Additionally, the implementation of DRG vocabularies significantly assists clinicians in understanding and identifying a specific choice of treatment that translates to the hospital costs incurred. The ANNs create subgroups that indicate similar outcomes with the exception of the age factor. Subgroups indicate a particular cost in the mode of treatment and high cost subgroups are inclusive of intensive care in renal failure and complications, which require specialized treatment that attracts higher costs (Schrier, Wang, Poole, & Mitra, 2004). Clinicians at this point can predict cost of treatment with the implementation of Diagnosis-Related Groups codes. However, the DRGs do not necessary reflect the cost of caring for patients in the emergency room that require dialysis, thus leaving out the acute need for supplementary services required by patients suffering from renal failure.

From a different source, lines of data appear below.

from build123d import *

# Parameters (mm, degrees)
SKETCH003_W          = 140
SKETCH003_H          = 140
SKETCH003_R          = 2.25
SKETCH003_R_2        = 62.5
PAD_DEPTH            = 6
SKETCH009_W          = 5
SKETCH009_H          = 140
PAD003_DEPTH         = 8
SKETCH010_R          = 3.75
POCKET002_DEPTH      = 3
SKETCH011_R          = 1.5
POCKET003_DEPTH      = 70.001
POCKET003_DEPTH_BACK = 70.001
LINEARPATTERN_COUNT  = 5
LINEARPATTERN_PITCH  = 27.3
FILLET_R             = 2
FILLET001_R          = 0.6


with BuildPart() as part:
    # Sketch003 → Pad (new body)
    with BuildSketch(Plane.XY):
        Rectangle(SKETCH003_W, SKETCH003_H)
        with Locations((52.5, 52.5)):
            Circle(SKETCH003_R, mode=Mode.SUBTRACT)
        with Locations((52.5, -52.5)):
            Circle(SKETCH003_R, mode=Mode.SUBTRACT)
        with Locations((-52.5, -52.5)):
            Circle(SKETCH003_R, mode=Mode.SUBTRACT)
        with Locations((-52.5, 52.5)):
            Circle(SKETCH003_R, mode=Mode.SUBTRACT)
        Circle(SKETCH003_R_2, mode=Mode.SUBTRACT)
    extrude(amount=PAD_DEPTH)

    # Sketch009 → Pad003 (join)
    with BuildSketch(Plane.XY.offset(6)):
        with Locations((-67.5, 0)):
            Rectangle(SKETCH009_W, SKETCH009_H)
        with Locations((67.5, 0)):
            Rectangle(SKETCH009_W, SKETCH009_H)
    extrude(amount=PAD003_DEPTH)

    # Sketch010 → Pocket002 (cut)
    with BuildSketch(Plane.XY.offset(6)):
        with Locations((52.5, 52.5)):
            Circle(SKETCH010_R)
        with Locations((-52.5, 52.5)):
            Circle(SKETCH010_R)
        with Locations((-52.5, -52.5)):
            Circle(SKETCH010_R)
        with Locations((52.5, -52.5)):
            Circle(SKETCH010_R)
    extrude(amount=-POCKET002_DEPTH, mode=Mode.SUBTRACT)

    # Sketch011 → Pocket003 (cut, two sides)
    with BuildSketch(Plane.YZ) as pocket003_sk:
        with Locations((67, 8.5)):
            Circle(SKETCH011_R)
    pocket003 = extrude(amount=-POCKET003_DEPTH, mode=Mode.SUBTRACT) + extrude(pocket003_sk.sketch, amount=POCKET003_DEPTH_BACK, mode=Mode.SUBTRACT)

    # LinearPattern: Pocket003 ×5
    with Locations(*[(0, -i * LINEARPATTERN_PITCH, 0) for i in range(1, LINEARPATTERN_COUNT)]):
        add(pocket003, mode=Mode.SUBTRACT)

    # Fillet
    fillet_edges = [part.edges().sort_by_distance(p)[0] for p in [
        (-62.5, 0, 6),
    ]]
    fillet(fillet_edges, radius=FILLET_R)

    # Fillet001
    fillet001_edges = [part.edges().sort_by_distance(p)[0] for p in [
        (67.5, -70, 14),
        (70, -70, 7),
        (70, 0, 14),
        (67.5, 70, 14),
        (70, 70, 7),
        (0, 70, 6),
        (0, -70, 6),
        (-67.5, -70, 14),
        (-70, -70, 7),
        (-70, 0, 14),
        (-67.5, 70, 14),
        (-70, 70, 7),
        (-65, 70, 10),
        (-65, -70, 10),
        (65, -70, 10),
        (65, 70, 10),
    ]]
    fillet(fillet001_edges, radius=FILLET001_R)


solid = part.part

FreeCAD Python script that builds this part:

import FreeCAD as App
import Part
import Sketcher

V = App.Vector
Q = App.Units.Quantity


def edges_at(feature, points):
    """Names of the edges that pass closest to the given points."""
    edges = feature.Shape.Edges
    near = lambda p: min(range(len(edges)), key=lambda i: edges[i].distToShape(Part.Vertex(*p))[0])
    return sorted({f"Edge{near(p) + 1}" for p in points})


def add_polygon(sketch, points):
    """Adds a closed chain of lines whose ends are joined by coincident constraints."""
    first, n = sketch.GeometryCount, len(points)
    for a, b in zip(points, points[1:] + points[:1]):
        sketch.addGeometry(Part.LineSegment(App.Vector(*a, 0), App.Vector(*b, 0)), False)
    for i in range(n):
        sketch.addConstraint(Sketcher.Constraint("Coincident", first + i, 2, first + (i + 1) % n, 1))

doc = App.newDocument("Part")
body = doc.addObject("PartDesign::Body", "Body")

sketch1 = body.newObject("Sketcher::SketchObject", "Sketch")
sketch1.AttachmentSupport = (doc.getObject("XY_Plane"), [""])
sketch1.MapMode = "FlatFace"
add_polygon(sketch1, [(-70, 70), (-70, -70), (70, -70), (70, 70)])
sketch1.addGeometry(Part.Circle(V(-52.5, -52.5, 0), V(0, 0, 1), 2.2), False)
sketch1.addGeometry(Part.Circle(V(52.5, -52.5, 0), V(0, 0, 1), 2.2), False)
sketch1.addGeometry(Part.Circle(V(-52.5, 52.5, 0), V(0, 0, 1), 2.2), False)
sketch1.addGeometry(Part.Circle(V(0, 0, 0), V(0, 0, 1), 62.5), False)
sketch1.addGeometry(Part.Circle(V(52.5, 52.5, 0), V(0, 0, 1), 2.2), False)
sketch1.addConstraint([
    Sketcher.Constraint("Vertical", 0),
    Sketcher.Constraint("Horizontal", 1),
    Sketcher.Constraint("Vertical", 2),
    Sketcher.Constraint("Horizontal", 3),
    Sketcher.Constraint("Coincident", 7, 3, -1, 1),
    Sketcher.Constraint("Equal", 4, 5),
    Sketcher.Constraint("Equal", 5, 6),
    Sketcher.Constraint("Equal", 6, 8),
    Sketcher.Constraint("Symmetric", 5, 3, 6, 3, -1, 1),
    Sketcher.Constraint("Symmetric", 4, 3, 8, 3, -1, 1),
    Sketcher.Constraint("Symmetric", 0, 2, 2, 2, -1, 1),
    Sketcher.Constraint("Symmetric", 4, 3, 5, 3, -2),
    Sketcher.Constraint("Equal", 3, 0),
    Sketcher.Constraint("Diameter", 7, Q("125 mm")),
    Sketcher.Constraint("Diameter", 4, Q("4.5 mm")),
    Sketcher.Constraint("DistanceX", 1, 1, 1, 2, Q("140 mm")),
    Sketcher.Constraint("DistanceX", 4, 3, 5, 3, Q("105 mm")),
    Sketcher.Constraint("DistanceY", 4, 3, 6, 3, Q("105 mm")),
])
pad1 = body.newObject("PartDesign::Pad", "Pad")
pad1.Profile = sketch1
pad1.Length = 6

sketch2 = body.newObject("Sketcher::SketchObject", "Sketch001")
sketch2.AttachmentSupport = (doc.getObject("XY_Plane"), [""])
sketch2.MapMode = "FlatFace"
sketch2.AttachmentOffset = App.Placement(V(0, 0, 6), App.Rotation())
add_polygon(sketch2, [(-70, 70), (-70, -70), (-65, -70), (-65, 70)])
add_polygon(sketch2, [(65, 70), (65, -70), (70, -70), (70, 70)])
sketch2.addConstraint([
    Sketcher.Constraint("Vertical", 0),
    Sketcher.Constraint("Horizontal", 1),
    Sketcher.Constraint("Vertical", 2),
    Sketcher.Constraint("Horizontal", 3),
    Sketcher.Constraint("Vertical", 4),
    Sketcher.Constraint("Horizontal", 5),
    Sketcher.Constraint("Vertical", 6),
    Sketcher.Constraint("Horizontal", 7),
    Sketcher.Constraint("Symmetric", 2, 2, 4, 2, -1, 1),
    Sketcher.Constraint("Symmetric", 0, 2, 6, 2, -1, 1),
    Sketcher.Constraint("Horizontal", 1, 2, 4, 2),
    Sketcher.Constraint("DistanceX", 1, 1, 1, 2, Q("5 mm")),
    Sketcher.Constraint("DistanceY", 0, 2, 0, 1, Q("140 mm")),
    Sketcher.Constraint("DistanceX", 0, 2, -1, 1, Q("70 mm")),
])
pad2 = body.newObject("PartDesign::Pad", "Pad001")
pad2.Profile = sketch2
pad2.Length = 8

sketch3 = body.newObject("Sketcher::SketchObject", "Sketch002")
sketch3.AttachmentSupport = (doc.getObject("XY_Plane"), [""])
sketch3.MapMode = "FlatFace"
sketch3.AttachmentOffset = App.Placement(V(0, 0, 6), App.Rotation())
sketch3.addGeometry([
    Part.Circle(V(52.5, 52.5, 0), V(0, 0, 1), 3.8),
    Part.Circle(V(-52.5, 52.5, 0), V(0, 0, 1), 3.8),
    Part.Circle(V(-52.5, -52.5, 0), V(0, 0, 1), 3.8),
    Part.Circle(V(52.5, -52.5, 0), V(0, 0, 1), 3.8),
], False)
sketch3.addConstraint([
    Sketcher.Constraint("Equal", 0, 1),
    Sketcher.Constraint("Equal", 1, 2),
    Sketcher.Constraint("Equal", 2, 3),
    Sketcher.Constraint("Symmetric", 0, 3, 2, 3, -1, 1),
    Sketcher.Constraint("Symmetric", 1, 3, 3, 3, -1, 1),
    Sketcher.Constraint("Symmetric", 0, 3, 1, 3, -2),
    Sketcher.Constraint("Diameter", 0, Q("7.5 mm")),
    Sketcher.Constraint("DistanceX", 1, 3, 0, 3, Q("105 mm")),
    Sketcher.Constraint("DistanceY", 2, 3, 1, 3, Q("105 mm")),
])
pocket1 = body.newObject("PartDesign::Pocket", "Pocket")
pocket1.Profile = sketch3
pocket1.Length = 3

sketch4 = body.newObject("Sketcher::SketchObject", "Sketch003")
sketch4.AttachmentSupport = (doc.getObject("YZ_Plane"), [""])
sketch4.MapMode = "FlatFace"
sketch4.addGeometry(Part.Circle(V(67, 8.5, 0), V(0, 0, 1), 1.5), False)
sketch4.addConstraint([
    Sketcher.Constraint("Diameter", 0, Q("3 mm")),
    Sketcher.Constraint("DistanceX", -1, 1, 0, 3, Q("67 mm")),
    Sketcher.Constraint("DistanceY", -1, 1, 0, 3, Q("8.5 mm")),
])
pocket2 = body.newObject("PartDesign::Pocket", "Pocket001")
pocket2.Profile = sketch4
pocket2.Type = "ThroughAll"
pocket2.Midplane = True
doc.recompute()

linearpattern = body.newObject("PartDesign::LinearPattern", "LinearPattern")
linearpattern.Originals = [pocket2]
linearpattern.Direction = (doc.getObject("Y_Axis"), [""])
linearpattern.Mode = "offset"
linearpattern.Offset = 27.3
linearpattern.Occurrences = 5
linearpattern.Reversed = True
body.Tip = linearpattern
doc.recompute()

fillet = body.newObject("PartDesign::Fillet", "Fillet")
fillet.Base = (linearpattern, edges_at(linearpattern, [(-62.5, 0, 6)]))
fillet.Radius = 2
doc.recompute()

fillet2 = body.newObject("PartDesign::Fillet", "Fillet001")
fillet2.Base = (fillet, edges_at(fillet, [
    (67.5, -70, 14),
    (70, -70, 7),
    (70, 0, 14),
    (67.5, 70, 14),
    (70, 70, 7),
    (0, 70, 6),
    (0, -70, 6),
    (-67.5, -70, 14),
    (-70, -70, 7),
    (-70, 0, 14),
    (-67.5, 70, 14),
    (-70, 70, 7),
    (-65, 70, 10),
    (-65, -70, 10),
    (65, -70, 10),
    (65, 70, 10),
]))
fillet2.Radius = 0.6

doc.recompute()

In conclusion, Artificial Neuron Networks (ANNs) are systematic models that can be applied in the emergency room encounters as flexible and valuable predictive models for clinical support purposes. Besides, Diagnosis-Related groups (DRGs) are functional coding systems that significantly aid in the payment-based systems and reimbursement method for hospitals. The implementation of the DRGs essentially boosts effectiveness of Artificial Neuron Networks application in emergency rooms among patients requiring dialysis treatment. Therefore, implementation of the DRGs vocabularies greatly improves cost prediction for renal failure and helps clinicians in understanding the most effective treatment to choose in regard to cost that may be incurred by the hospital.